## Exercise
Return the following from the records below: each line, word for word, starting with the line that contains "v -0.884 2.332 -3.127" and going on through the line that contains "v 6.791 3.047 12.761", with nothing outside that range.

........

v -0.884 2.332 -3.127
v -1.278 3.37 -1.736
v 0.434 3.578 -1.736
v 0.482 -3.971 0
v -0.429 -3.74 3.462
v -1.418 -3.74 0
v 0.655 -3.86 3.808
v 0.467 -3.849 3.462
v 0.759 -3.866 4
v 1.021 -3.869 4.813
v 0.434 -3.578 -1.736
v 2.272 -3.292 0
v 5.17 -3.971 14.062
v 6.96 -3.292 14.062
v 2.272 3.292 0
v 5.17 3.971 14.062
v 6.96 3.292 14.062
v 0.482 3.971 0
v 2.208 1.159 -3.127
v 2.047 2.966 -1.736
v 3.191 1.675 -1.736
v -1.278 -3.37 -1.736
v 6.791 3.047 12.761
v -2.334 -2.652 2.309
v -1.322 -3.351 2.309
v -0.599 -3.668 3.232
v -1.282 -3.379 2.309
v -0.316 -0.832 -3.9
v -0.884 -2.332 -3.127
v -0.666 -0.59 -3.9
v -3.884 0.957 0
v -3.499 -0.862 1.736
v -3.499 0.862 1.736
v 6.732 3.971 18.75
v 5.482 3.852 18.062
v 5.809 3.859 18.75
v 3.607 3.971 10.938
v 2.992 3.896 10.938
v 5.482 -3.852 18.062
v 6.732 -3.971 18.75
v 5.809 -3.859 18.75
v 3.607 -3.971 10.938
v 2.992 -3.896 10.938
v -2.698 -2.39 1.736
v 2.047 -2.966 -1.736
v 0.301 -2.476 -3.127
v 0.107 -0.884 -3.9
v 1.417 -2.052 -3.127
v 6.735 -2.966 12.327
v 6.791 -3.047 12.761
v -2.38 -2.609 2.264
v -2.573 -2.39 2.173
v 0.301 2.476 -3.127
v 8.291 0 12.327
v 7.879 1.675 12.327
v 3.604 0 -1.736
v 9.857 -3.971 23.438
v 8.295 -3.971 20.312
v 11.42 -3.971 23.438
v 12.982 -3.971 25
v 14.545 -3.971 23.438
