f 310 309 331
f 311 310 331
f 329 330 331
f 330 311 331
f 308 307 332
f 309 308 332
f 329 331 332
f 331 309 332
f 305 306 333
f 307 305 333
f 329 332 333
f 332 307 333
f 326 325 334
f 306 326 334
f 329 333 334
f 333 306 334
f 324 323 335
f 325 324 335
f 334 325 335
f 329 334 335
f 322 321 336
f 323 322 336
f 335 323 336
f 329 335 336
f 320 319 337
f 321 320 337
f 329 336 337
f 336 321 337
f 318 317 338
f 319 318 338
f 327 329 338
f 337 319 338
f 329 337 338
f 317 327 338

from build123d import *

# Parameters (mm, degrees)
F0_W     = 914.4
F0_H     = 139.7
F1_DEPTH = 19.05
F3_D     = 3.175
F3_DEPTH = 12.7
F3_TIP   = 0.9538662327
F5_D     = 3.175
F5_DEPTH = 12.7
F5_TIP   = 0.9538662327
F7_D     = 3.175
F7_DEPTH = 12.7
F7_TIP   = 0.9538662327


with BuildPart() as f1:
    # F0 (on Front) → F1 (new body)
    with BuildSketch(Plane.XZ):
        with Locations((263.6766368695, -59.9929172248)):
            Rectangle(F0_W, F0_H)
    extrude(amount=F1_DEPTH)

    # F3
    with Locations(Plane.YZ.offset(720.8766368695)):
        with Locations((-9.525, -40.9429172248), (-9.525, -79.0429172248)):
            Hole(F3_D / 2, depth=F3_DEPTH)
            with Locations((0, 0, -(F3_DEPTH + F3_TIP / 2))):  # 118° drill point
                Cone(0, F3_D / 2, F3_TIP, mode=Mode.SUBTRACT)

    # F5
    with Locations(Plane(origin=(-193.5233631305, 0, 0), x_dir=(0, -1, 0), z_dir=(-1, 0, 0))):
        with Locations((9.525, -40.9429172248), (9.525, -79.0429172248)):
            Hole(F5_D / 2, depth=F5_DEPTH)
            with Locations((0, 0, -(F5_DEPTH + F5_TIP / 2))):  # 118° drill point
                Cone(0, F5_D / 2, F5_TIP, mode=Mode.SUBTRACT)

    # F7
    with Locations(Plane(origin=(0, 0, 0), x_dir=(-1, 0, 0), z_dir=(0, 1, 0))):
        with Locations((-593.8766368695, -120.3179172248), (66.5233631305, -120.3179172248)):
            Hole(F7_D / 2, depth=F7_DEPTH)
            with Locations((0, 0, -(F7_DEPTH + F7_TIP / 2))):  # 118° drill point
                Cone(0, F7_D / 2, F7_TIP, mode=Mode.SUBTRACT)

........

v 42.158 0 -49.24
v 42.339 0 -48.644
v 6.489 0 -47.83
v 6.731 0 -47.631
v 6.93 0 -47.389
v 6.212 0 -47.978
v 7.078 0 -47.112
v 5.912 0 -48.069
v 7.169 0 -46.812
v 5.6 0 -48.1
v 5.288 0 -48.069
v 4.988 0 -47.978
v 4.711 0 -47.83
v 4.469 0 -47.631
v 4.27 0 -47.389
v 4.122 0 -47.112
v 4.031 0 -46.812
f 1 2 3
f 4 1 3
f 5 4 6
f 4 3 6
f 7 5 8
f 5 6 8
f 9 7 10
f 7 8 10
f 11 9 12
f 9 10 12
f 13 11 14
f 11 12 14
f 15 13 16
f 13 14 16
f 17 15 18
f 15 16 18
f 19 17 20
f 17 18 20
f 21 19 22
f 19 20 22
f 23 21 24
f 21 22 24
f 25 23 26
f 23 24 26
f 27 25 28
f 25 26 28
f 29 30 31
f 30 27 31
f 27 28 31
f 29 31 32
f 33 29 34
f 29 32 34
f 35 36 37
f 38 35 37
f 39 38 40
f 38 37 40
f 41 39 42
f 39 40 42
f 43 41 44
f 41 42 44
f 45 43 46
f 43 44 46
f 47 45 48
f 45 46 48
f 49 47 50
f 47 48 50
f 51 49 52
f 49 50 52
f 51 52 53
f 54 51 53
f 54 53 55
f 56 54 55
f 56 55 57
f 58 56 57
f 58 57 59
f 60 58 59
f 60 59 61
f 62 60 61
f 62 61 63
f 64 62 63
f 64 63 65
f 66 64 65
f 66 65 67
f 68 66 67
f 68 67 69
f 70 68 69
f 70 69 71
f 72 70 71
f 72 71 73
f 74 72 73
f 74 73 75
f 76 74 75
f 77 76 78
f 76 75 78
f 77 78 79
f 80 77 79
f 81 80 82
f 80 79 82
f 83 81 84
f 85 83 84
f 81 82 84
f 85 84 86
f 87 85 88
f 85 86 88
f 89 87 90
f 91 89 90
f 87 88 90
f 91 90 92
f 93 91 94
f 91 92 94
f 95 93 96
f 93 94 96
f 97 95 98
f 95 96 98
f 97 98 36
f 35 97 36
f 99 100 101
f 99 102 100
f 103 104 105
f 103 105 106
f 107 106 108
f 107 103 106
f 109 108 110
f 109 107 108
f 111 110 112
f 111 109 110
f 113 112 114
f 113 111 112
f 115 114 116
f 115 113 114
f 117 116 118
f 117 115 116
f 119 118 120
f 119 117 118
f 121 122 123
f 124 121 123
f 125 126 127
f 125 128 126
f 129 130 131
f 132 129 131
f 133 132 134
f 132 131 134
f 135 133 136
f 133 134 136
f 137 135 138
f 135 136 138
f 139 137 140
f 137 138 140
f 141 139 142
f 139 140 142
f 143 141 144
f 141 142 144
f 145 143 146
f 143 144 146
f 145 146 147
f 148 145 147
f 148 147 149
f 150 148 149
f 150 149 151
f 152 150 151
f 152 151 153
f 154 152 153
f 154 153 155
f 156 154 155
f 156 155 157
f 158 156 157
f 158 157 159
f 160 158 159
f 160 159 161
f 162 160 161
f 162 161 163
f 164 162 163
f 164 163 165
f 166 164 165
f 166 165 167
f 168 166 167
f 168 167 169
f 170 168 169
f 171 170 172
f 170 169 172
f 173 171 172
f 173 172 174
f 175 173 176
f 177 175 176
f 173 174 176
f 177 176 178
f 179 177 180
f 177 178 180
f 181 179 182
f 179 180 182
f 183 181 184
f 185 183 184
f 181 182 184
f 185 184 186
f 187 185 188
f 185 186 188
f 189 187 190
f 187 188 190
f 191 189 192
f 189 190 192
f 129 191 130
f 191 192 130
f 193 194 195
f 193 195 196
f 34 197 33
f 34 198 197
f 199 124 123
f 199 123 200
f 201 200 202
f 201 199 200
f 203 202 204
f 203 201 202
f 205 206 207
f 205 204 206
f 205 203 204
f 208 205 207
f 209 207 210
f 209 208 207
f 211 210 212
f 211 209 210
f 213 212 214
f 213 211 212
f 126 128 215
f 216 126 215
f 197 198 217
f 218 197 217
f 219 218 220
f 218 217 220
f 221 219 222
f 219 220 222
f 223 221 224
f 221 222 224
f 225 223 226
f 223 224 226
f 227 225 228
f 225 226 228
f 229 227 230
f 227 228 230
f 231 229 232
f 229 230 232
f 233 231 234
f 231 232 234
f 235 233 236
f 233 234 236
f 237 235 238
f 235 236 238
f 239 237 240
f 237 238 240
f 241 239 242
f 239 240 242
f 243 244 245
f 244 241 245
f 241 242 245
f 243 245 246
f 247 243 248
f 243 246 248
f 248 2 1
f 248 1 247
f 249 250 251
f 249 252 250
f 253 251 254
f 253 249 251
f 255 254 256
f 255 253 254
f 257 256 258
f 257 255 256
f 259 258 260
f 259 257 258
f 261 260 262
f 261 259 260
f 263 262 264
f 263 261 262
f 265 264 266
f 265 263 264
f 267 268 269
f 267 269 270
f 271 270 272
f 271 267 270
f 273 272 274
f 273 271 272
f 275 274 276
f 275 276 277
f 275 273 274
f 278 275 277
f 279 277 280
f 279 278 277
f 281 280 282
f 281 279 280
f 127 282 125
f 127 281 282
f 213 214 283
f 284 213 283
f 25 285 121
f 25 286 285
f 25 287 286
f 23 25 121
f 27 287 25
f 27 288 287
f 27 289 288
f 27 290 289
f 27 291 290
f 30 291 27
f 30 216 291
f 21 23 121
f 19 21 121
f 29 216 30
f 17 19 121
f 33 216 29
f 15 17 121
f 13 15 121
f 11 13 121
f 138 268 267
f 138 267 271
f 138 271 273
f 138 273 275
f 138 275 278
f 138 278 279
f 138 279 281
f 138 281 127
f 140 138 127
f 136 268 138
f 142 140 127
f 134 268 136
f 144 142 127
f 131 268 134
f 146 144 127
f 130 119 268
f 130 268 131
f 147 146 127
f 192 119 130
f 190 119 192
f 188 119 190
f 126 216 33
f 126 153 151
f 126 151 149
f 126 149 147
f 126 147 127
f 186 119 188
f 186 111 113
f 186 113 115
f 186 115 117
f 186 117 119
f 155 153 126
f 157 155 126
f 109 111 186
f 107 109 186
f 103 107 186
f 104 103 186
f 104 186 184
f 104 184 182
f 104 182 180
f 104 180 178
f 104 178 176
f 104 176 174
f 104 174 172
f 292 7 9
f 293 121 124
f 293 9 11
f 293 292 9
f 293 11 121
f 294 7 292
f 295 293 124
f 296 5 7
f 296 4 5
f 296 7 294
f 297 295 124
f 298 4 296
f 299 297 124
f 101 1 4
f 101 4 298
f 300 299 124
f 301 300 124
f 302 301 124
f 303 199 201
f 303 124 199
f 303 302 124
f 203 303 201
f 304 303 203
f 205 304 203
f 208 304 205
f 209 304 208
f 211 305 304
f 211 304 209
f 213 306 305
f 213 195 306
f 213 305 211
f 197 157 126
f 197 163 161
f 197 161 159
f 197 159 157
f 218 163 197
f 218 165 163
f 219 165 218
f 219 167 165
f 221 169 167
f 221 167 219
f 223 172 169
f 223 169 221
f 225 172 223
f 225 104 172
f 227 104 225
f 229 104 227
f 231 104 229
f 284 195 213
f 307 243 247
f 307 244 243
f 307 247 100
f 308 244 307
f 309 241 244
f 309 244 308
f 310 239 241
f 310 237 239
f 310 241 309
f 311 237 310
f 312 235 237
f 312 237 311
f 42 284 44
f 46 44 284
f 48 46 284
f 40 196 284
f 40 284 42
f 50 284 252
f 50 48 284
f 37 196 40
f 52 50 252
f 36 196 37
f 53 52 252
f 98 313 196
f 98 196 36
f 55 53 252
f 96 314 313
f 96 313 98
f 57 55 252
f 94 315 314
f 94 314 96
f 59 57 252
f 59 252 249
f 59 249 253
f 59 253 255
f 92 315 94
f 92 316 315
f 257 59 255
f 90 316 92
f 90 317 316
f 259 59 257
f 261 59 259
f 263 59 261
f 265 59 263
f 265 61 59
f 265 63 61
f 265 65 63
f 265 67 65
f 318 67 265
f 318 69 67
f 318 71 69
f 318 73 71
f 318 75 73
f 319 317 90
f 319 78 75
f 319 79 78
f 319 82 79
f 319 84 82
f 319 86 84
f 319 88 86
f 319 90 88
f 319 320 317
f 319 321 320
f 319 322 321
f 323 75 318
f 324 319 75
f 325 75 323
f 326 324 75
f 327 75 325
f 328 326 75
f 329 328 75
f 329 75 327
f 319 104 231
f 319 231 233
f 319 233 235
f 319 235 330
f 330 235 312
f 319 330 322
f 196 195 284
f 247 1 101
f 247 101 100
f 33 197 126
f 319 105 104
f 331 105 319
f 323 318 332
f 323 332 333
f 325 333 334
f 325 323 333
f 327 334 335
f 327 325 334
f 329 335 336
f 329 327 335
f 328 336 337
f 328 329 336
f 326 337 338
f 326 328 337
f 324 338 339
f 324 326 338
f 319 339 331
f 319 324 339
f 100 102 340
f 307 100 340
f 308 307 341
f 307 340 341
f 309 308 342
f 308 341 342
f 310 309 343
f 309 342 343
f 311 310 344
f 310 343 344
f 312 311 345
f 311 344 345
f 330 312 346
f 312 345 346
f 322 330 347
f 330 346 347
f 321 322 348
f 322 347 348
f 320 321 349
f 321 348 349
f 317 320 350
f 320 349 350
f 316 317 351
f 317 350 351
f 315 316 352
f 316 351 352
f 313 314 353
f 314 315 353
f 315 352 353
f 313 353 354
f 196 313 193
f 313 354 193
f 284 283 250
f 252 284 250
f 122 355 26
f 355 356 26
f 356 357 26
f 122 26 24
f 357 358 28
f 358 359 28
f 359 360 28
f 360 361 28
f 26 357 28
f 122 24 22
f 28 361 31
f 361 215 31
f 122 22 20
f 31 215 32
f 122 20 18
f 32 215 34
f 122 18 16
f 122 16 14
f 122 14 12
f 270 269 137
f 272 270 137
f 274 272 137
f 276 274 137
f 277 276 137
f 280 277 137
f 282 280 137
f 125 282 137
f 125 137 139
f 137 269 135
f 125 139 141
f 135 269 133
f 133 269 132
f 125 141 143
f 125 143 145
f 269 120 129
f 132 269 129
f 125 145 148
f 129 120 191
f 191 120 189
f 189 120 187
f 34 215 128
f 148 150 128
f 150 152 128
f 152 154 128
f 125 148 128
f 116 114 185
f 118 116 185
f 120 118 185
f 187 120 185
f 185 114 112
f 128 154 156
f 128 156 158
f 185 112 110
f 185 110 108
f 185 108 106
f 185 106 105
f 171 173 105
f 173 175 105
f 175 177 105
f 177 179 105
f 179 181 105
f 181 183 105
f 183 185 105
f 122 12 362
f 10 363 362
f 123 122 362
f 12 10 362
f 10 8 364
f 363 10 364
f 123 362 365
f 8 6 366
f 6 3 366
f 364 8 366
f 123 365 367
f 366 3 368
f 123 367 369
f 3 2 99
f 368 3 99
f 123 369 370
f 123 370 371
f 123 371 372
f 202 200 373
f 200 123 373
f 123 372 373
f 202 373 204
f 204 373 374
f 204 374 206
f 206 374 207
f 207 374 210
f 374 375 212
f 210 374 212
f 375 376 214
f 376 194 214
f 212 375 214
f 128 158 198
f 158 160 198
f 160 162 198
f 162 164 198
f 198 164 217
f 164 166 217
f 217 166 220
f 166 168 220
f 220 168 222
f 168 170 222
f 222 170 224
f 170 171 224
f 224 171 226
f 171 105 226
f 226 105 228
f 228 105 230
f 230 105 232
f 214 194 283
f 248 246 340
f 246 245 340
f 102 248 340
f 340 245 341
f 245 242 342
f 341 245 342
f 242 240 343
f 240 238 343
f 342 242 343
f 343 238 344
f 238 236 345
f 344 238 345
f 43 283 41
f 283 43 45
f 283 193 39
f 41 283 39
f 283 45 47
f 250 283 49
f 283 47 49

........

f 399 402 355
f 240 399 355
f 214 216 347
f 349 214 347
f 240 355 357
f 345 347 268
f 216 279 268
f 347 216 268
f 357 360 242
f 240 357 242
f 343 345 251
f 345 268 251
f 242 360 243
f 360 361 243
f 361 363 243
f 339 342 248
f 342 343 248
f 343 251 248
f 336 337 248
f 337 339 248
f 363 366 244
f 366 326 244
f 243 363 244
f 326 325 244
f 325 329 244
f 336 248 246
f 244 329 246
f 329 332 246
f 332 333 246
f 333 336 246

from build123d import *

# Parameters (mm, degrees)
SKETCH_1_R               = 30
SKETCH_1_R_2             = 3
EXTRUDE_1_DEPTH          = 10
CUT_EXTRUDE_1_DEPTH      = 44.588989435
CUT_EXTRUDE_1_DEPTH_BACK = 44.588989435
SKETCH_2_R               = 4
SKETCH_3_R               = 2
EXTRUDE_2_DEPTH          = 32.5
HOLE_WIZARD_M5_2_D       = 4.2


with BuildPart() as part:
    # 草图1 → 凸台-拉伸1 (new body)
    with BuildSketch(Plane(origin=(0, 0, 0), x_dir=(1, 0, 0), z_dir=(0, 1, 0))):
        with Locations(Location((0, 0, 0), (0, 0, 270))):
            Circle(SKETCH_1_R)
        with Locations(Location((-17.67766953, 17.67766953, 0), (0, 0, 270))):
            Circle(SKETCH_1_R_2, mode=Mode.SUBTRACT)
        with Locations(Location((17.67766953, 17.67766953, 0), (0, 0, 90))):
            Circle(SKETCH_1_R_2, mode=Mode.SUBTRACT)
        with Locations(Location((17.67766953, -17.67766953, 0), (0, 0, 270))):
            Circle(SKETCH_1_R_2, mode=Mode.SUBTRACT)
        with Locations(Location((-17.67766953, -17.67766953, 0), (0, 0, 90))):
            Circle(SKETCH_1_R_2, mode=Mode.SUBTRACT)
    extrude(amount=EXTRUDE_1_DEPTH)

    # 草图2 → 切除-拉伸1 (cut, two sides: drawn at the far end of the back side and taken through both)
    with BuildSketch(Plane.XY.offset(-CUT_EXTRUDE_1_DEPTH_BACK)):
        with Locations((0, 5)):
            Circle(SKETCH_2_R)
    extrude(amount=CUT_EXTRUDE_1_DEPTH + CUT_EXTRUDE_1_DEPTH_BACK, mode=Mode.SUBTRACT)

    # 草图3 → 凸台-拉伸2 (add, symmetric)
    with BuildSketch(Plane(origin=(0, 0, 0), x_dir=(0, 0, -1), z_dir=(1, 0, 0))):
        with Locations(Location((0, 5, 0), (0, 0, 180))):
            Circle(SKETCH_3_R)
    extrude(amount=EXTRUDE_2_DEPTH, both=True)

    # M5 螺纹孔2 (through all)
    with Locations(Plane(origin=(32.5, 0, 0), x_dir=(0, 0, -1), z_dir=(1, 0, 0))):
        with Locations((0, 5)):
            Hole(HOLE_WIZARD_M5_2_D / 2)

........

## Output of the exercise
v -0.884 2.332 -3.127
v -1.278 3.37 -1.736
v 0.434 3.578 -1.736
v 0.482 -3.971 0
v -0.429 -3.74 3.462
v -1.418 -3.74 0
v 0.655 -3.86 3.808
v 0.467 -3.849 3.462
v 0.759 -3.866 4
v 1.021 -3.869 4.813
v 0.434 -3.578 -1.736
v 2.272 -3.292 0
v 5.17 -3.971 14.062
v 6.96 -3.292 14.062
v 2.272 3.292 0
v 5.17 3.971 14.062
v 6.96 3.292 14.062
v 0.482 3.971 0
v 2.208 1.159 -3.127
v 2.047 2.966 -1.736
v 3.191 1.675 -1.736
v -1.278 -3.37 -1.736
v 6.791 3.047 12.761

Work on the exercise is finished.